# Capacitor Types



## joelorigo (Feb 21, 2020)

Hi, This is my first post. I'm petty new to pedal building so this is going to be a rookie question. I have build a few BYOC kits and just completed a Rullywow Queen Of Bone which was the first time I use the docs to purchase the parts separately. Those build documents list the types of capacitor used - ceramic, metal film, etc. I notice in the build docs on the pedals just list capacitor values. How is it that I know which capacitor to use for these builds?


----------



## Nostradoomus (Feb 21, 2020)

This site is a bit different in that a bit of knowledge is assumed. As far as I can tell it’s a one man operation so I don’t think there is time to be updating the hundreds of build documents with capacitor types.
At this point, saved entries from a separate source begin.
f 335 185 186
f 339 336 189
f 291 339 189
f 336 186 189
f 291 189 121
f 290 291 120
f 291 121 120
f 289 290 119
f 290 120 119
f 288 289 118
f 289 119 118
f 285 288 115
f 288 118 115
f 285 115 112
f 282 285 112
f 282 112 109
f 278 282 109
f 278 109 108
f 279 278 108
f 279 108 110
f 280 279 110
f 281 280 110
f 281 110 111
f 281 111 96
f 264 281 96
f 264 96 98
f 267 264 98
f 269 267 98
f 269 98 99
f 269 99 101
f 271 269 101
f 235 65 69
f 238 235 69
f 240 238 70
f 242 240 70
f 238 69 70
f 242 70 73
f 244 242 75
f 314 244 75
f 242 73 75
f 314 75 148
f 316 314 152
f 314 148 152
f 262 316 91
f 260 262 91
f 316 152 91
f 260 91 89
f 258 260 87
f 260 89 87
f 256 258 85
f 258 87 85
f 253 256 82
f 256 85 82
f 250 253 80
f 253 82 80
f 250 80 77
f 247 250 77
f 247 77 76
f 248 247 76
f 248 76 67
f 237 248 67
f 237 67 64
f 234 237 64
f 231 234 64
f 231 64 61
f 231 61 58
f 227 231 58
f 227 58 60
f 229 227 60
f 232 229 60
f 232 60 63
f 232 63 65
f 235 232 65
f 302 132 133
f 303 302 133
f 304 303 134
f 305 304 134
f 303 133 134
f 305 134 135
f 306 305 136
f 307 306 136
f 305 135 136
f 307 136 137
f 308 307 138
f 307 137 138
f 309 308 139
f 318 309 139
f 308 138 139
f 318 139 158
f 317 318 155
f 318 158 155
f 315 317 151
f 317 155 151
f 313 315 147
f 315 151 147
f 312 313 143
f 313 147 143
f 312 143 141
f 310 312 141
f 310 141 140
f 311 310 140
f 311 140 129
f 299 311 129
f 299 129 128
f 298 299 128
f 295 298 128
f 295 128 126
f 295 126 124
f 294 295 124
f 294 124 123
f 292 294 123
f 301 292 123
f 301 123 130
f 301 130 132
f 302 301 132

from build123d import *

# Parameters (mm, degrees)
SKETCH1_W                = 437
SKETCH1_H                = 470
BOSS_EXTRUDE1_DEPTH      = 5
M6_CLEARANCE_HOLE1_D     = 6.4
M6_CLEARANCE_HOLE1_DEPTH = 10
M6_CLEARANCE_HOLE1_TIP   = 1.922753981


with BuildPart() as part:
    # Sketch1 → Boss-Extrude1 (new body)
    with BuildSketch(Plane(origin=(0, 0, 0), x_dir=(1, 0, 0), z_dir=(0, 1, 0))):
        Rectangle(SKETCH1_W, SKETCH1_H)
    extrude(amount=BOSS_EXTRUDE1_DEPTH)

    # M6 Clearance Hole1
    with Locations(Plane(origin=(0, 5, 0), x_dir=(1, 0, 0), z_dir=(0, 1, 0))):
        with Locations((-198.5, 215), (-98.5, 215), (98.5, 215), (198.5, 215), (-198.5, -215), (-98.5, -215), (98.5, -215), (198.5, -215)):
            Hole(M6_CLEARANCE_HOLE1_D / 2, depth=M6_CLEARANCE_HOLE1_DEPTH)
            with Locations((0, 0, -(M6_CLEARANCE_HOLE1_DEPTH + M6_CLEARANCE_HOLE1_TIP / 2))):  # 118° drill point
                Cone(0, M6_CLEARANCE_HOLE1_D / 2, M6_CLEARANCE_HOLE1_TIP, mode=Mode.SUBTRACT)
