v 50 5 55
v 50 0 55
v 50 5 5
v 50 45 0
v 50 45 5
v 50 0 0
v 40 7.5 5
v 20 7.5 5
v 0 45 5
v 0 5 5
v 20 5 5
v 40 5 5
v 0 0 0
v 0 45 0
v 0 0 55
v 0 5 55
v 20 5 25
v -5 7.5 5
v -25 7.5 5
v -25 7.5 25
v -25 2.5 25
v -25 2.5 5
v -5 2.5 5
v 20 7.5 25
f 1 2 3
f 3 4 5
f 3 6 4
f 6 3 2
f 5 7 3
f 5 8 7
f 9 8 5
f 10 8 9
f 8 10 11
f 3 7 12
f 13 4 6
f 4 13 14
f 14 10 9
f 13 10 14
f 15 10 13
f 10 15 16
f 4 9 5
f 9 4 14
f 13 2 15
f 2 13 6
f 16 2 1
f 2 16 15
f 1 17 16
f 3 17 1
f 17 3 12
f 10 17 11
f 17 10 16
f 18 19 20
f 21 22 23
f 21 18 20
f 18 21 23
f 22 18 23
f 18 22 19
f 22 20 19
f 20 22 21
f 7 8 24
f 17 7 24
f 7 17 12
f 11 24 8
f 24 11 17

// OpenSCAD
// === NEMA 17 Stepper Motor Mounting Bracket ===
// Print orientation: base plate on bed (XY plane at z=0)

// --- Base plate dimensions ---
base_x_half = 25;        // Half-width in X (x: -25 to 25)
base_y = 45;             // Depth in Y (y: 0 to 45)
base_z = 5;              // Height/thickness in Z (z: 0 to 5)

// --- Base plate mounting holes (M4, 4.5 mm dia) ---
m4_dia = 4.5;
m4_x = 17;               // X position of holes
m4_y = 30;               // Y position of holes

// --- Vertical motor plate dimensions ---
motor_plate_x_half = 25; // Half-width in X (x: -25 to 25)
motor_plate_y = 5;       // Depth in Y (y: 0 to 5)
motor_plate_z = 50;      // Height in Z (z: 0 to 50)

// --- Motor centring boss hole ---
boss_dia = 23;            // Diameter of centring boss hole
boss_x = 0;               // X centre
boss_z = 28;              // Z centre

// --- Motor mounting holes (M3, 3.4 mm dia) on 31 mm square pattern ---
m3_dia = 3.4;
m3_pattern = 31;           // Square pattern size (31 mm)
m3_half = m3_pattern / 2; // Half of pattern size

// --- Triangular gussets ---
gusset_thickness = 5;     // Thickness in X (flush with edges)
gusset_leg_y = 20;        // Leg along +Y
gusset_leg_z = 20;        // Leg along +Z
gusset_corner_y = 5;       // Y of right-angle corner (where plates meet)
gusset_corner_z = 5;       // Z of right-angle corner

// --- Global fineness for round holes ---
$fn = 64;

// --- Build the part ---
module bracket() {
    // Main body: base plate + vertical motor plate
    union() {
        // Base plate
        cube([2 * base_x_half, base_y, base_z], center = [0, 0, 0]);
        
        // Vertical motor plate (standing on back edge of base at y=0)
        translate([0, 0, base_z]) {
            cube([2 * motor_plate_x_half, motor_plate_y, motor_plate_z], center = [0, 0, 0]);
        }
    }
    
    // Triangular gussets (in YZ plane, thickness in X)
    for (x_off = [-base_x_half, base_x_half - gusset_thickness]) {
        translate([x_off, gusset_corner_y, gusset_corner_z]) {
            // Right triangle in YZ plane, legs along +Y and +Z
            // Extrude in X direction for thickness
            linear_extrude(height = gusset_thickness, center = true) {
                // Rotate to put triangle in YZ plane
                rotate([90, 0, 0]) {
                    polygon([[0, 0], [gusset_leg_y, 0], [0, gusset_leg_z]]);
                }
            }
        }
    }
    
    // Cut holes
    difference() {
        // Re-create the full body
        union() {
            cube([2 * base_x_half, base_y, base_z], center = [0, 0, 0]);
            translate([0, 0, base_z]) {
                cube([2 * motor_plate_x_half, motor_plate_y, motor_plate_z], center = [0, 0, 0]);
            }
            
            // Add gussets
            for (x_off = [-base_x_half, base_x_half - gusset_thickness]) {
                translate([x_off, gusset_corner_y, gusset_corner_z]) {
                    rotate([90, 0, 0]) {
                        linear_extrude(height = gusset_thickness, center = true) {
                            polygon([[0, 0], [gusset_leg_y, 0], [0, gusset_leg_z]]);
                        }
                    }
                }
            }
        }
        
        // M4 holes through base plate (extend past both faces)
        for (x_off = [-m4_x, m4_x]) {
            translate([x_off, m4_y, -0.5]) {
                cylinder(d = m4_dia, h = base_z + 1, center = true);
            }
        }
        
        // Boss hole through motor plate (along Y, extend past front/back)
        translate([boss_x, 0, boss_z]) {
            cylinder(d = boss_dia, h = motor_plate_y + 1, center = true, axis = [0, 1, 0]);
        }
        
        // M3 mounting holes through motor plate (along Y)
        for (x_off = [-m3_half, m3_half]) {
            for (z_off = [-m3_half, m3_half]) {
                translate([x_off, 0, boss_z + z_off]) {
                    cylinder(d = m3_dia, h = motor_plate_y + 1, center = true, axis = [0, 1, 0]);
                }
            }
        }
    }
}

bracket();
That’s not to say we aren’t helpful though! 

For the most part, anything in the picofarad (pf) value will be a small ceramic capacitor. Anything in the nanofarad (nf) will be a film box type and anything in the microfarad (uf) will be an electrolytic. There are, of course, deviations from these rules (1uf ceramic caps come up a lot) so your best bet is to reference the spacing/shape on the board yourself.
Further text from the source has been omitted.